Our Journey to Tizibt

God's plan unfolds...................

Friday, December 6, 2013

December 6

Today is such a significant day for Tiza.  It woke me early just thinking about it.  One year ago today marks the date that Emmebt, Tiza's birth mom, took her to the orphanage in Awash.  I have relived the story Emmebt told us hundreds of times, trying to fill in the details that were missed, trying to put myself in her shoes, trying to feel what she may have been feeling, but in the end, I come up with blanks.  Just these big gaps of the unexplained, the unknown that tends to drive personalities like mine crazy.

I still have a pretty clear picture in my mind of Tiza's first orphanage.  I remember driving up to it, a dry, jutted road-path leading to this building.  The building itself was fine, gated in, clean.  The surroundings seemed different to me.  It was within a village, but felt removed all at the same time. It seemed to be on a higher ground within the village.  Maybe that isn't even the case, but that's what's in my mind.

 Emmebt's story includes the fact that Tiza was staying with neighbors for care while Emmebt worked.  The neighbors had no money, no food.  They could not feed Tiza.  When Emmebt came to check on Tiza, she saw Tiza dying. This is when she decided to take her to the orphanage.  What did that feel like?  How did they get there? How far away were they from the orphanage?  Did she walk? Was she alone?

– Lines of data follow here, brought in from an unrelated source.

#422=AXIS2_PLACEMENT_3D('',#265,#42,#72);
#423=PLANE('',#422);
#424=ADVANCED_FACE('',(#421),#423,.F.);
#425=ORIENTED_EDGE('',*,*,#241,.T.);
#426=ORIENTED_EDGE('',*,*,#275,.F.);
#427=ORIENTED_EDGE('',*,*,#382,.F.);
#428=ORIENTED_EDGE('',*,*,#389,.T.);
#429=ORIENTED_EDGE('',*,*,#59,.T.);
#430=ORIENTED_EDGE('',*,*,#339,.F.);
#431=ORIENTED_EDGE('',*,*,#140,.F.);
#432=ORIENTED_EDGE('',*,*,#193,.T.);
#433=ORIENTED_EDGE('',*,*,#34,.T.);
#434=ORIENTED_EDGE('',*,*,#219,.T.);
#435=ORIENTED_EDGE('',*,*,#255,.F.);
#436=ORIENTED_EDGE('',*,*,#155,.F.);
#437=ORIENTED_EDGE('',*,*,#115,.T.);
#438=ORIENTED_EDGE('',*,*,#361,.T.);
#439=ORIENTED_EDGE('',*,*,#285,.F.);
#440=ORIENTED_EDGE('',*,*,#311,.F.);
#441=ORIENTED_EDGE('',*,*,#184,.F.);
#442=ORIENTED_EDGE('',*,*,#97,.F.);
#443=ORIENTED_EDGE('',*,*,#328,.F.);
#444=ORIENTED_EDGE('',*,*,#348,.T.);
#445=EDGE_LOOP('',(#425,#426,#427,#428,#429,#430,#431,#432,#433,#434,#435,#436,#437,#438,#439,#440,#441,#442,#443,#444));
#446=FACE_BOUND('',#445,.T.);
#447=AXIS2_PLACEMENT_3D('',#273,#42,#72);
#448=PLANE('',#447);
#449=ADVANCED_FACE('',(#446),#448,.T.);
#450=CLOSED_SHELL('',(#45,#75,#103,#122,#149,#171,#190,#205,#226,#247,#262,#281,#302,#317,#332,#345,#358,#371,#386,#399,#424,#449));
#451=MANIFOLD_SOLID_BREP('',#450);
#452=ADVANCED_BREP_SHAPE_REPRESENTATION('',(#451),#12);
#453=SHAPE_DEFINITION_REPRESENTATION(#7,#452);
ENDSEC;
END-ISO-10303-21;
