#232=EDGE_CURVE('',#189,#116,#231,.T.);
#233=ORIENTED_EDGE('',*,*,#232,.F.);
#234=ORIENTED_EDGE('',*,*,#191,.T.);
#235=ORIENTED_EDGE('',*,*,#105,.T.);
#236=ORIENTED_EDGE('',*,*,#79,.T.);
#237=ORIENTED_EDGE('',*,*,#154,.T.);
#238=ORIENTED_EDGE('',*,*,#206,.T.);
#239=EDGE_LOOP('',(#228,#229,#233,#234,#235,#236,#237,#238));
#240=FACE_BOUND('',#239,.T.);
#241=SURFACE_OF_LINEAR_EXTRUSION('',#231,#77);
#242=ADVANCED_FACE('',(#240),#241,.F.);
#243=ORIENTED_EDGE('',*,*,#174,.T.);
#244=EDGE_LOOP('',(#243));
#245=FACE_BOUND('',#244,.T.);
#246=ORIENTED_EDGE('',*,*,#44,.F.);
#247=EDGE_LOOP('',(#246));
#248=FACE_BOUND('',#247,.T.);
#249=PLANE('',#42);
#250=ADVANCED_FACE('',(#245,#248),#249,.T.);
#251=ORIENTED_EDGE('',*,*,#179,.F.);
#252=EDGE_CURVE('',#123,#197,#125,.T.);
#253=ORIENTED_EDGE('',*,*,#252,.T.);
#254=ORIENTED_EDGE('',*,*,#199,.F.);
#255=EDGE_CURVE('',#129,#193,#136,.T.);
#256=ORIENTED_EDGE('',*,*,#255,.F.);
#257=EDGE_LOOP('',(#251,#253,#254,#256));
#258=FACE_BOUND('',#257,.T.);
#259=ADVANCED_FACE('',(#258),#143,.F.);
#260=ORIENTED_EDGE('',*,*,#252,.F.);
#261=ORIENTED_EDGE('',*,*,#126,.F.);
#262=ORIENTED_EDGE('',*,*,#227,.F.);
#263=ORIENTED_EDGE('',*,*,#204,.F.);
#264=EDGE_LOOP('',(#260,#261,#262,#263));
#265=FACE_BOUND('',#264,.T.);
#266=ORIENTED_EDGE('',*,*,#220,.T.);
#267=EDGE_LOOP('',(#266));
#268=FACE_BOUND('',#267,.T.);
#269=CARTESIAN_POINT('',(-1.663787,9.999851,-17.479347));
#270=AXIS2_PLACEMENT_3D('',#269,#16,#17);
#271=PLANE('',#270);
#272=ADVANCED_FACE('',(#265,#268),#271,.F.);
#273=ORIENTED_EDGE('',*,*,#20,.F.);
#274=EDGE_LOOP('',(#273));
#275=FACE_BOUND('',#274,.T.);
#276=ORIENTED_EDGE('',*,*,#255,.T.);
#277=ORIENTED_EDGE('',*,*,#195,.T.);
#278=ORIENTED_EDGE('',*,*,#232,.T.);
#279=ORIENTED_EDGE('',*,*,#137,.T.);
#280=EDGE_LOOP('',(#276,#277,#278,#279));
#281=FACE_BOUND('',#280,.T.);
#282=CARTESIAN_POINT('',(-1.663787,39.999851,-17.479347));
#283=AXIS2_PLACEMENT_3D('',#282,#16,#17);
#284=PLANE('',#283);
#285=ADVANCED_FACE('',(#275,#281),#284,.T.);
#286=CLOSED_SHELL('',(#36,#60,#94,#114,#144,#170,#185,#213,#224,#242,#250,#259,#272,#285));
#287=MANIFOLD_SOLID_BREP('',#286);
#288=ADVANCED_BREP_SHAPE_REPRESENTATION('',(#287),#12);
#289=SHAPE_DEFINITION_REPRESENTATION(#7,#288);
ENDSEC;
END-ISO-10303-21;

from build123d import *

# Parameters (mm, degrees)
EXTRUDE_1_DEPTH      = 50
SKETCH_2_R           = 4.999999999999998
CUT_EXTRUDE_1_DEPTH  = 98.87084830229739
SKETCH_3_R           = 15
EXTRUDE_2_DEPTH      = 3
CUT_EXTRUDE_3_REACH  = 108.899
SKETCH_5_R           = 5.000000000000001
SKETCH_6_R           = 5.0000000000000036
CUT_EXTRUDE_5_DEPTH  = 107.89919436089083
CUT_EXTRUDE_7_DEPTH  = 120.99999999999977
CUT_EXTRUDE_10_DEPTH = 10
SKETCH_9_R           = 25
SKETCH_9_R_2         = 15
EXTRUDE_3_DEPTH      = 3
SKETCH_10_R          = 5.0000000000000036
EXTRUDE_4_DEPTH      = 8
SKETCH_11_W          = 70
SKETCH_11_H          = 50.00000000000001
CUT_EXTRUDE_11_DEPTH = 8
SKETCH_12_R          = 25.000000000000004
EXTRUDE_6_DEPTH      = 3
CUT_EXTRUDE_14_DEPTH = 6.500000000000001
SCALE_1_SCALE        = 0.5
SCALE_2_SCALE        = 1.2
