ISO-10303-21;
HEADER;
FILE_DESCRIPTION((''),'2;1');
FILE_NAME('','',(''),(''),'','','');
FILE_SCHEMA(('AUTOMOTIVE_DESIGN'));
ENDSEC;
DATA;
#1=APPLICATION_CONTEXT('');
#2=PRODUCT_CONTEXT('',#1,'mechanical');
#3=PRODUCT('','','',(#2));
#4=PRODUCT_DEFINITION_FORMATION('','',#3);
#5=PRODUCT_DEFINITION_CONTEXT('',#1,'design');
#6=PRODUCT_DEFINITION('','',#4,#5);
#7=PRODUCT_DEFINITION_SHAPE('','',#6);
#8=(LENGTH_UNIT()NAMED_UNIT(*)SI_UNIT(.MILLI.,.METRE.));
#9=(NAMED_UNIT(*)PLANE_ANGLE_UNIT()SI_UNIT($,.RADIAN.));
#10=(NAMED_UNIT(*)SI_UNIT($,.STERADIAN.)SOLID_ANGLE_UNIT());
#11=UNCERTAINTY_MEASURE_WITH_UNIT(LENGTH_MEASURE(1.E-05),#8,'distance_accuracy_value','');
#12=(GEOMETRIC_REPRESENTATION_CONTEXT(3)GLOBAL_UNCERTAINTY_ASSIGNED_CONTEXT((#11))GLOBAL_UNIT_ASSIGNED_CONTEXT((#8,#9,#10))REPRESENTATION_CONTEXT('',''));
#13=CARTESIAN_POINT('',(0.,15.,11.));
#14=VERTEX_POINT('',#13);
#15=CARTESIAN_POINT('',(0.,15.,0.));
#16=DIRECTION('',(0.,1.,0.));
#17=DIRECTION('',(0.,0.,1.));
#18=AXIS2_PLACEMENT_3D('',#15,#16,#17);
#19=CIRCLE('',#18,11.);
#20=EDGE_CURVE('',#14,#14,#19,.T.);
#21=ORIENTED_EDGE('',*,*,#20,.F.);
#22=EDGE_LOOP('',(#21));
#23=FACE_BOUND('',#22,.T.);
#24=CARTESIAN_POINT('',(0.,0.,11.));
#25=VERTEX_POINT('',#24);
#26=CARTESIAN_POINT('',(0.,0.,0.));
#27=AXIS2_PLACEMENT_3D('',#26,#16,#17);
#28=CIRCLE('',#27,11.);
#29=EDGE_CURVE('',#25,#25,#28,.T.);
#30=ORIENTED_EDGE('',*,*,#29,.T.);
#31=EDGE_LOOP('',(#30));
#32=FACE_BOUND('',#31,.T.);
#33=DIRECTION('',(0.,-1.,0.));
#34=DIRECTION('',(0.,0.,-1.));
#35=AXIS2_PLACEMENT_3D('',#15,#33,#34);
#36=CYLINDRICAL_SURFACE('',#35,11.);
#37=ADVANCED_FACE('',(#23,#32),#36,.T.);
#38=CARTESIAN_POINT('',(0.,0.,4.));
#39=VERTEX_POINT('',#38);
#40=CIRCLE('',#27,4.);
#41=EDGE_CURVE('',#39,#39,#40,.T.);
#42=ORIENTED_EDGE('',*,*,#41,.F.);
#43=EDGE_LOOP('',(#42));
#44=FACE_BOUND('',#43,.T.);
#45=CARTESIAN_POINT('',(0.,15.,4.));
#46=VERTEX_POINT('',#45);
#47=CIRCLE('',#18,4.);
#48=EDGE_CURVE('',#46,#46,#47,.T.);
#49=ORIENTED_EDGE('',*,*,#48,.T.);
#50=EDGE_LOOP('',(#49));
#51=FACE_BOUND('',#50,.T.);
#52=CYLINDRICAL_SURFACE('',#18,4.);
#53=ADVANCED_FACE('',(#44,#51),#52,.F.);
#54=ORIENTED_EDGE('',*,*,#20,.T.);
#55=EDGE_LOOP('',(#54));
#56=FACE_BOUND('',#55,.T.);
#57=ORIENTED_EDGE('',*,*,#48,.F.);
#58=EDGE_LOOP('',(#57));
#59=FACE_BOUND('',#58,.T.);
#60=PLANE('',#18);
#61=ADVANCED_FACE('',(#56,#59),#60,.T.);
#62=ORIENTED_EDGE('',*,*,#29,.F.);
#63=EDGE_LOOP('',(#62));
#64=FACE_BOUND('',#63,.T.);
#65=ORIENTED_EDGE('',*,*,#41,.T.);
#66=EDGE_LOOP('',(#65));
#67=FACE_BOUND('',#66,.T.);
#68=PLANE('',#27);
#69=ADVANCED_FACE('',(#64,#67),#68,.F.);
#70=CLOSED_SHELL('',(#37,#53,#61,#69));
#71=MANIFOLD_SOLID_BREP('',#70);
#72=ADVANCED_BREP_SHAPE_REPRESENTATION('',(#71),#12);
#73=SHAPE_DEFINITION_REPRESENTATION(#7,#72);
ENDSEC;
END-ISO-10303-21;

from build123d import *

# Parameters (mm, degrees)
SZKIC1_R                    = 11
DODANIE_WYCI_GNI_CIE1_DEPTH = 15
OTWORY_USTALAJ_CE_8_0MM1_D  = 8


with BuildPart() as part:
    # Szkic1 → Dodanie-wyciągnięcie1 (new body)
    with BuildSketch(Plane(origin=(0, 0, 0), x_dir=(1, 0, 0), z_dir=(0, 1, 0))):
        with Locations(Location((0, 0, 0), (0, 0, 270))):
            Circle(SZKIC1_R)
    extrude(amount=DODANIE_WYCI_GNI_CIE1_DEPTH)

    # Otwory ustalające Ø8.0mm1 (through all)
    with Locations(Plane(origin=(0, 15, 0), x_dir=(1, 0, 0), z_dir=(0, 1, 0))):
        with Locations((0, 0)):
            Hole(OTWORY_USTALAJ_CE_8_0MM1_D / 2)


solid = part.part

I wish we had the answers to these questions.  When Emmebt first shared her story with us, all of this information was pouring out through our translator, and I'm sitting here today looking at my notes from that day with all these empty blanks.  At the time, the emotions were so raw and painful I'm pretty sure if I had these questions, I wouldn't have recognized them because my focus was so on Emmebt and her brave, unselfish heart.  It felt wrong to ask anything that would make her pain, her love act  hurt any worse then it already did.

The time, the energy and the pain that must have been a piece of Emmebt's decision often consume me.  During our adoption process, I was told at one point or another, when asking questions about birth moms, that there is often a different emotional process that goes on behind adoption decisions, referring to Ethiopia, then my mind was creating.  This may be the case.  It's evident that survival alone plays a role in a culture and a life marked with hard decisions, but even knowing that, I also know a Mother's heart will always be a Mother's heart and I find it impossible to disconnect the two, as much as I would like to.   Emmebt's love act, single handedly, change our baby Tiza's life forever.

I look at her today, our sleeping baby beauty.  This priceless treasure that has been in our home for almost six months and has changed our lives forever and I so wish that Emmebt could see Tiza.  I wish she could be a part of what her unselfish love looks like.  To hear Tiza's giggle, to feel her chubby arms wrap around your neck and then, the icing on the cake, she puts her skin so soft cheek against yours and just hangs on.  I wish for Emmebt to have that kind of hug from Tiza, to feel that feeling that sticks with you all day and to see this joy filled child, this little world changer.

I've pulled out Tiza's first pictures.  She was brought from the orphanage, to the hospital because of her severe malnutrition.  I think the pictures are in the hospital, but the baby in the pictures is unrecognizable.  It's difficult to connect the photo baby with real life Tiza.  The empty, lifeless eyes, the tired position of the body, all of it makes me wonder how Tiza felt , what did she think was happening to her, did she even know where she was?

None of the answers to any of my questions really matter.  We know what we know.  Tiza gets her life changing heart from her birth mama and in the end, that's what really matters, that's what we go with.  We pray for Emmebt daily.  Tiza kisses her pictures in the book that we made for her.  I wonder if Emmebt looks at the book we gave her?  Does she think of Tiza daily? Is she safe? Does anyone love her?  It's all of this, these spinning questions that can drive me crazy.  I want it fixed or answered or different or something, but that is not the case.

The case is this.  God has surrounded my world today with empty-eyed, tired people.  I don't need to travel far and as the Christmas pace heightens, so to do the number of lives that feel broken and empty and alone.  I can make a difference, we can make a difference.  One of the pictures of Tiza's firsts, includes her first doctor's visit.  She had been in our home for three days.  It shows her sitting on the scale in the doctor's office.  When Josie first showed me the picture, I had just glanced at it and actually asked, "who is that?"  So much has our Tiza changed in six months.  The baby in the photo looks dazed, in a bit of shock, uncertain.  The scale reads 10 pounds lighter then Tiza is today.  Today, Tiza walks onto the doctor's scale.  Tiza's skin pigment has darkened from her original photo.  She is this rich, beautiful black brown color that is unique to her.  The dazed, shocked look is held by her family members, not by her.  Tiza has transformed before our very eyes.  I hope we have too.

I hope we as a family are, in honor of Emmebt, loving a little better.  I pray we see lifeless eyes in others and try to make a difference.  I want our actions to take the tired out of someone's day, if even for a moment.  I know that December 6 will always hold a life changing place in my heart, Emmebt, I hope you know that too.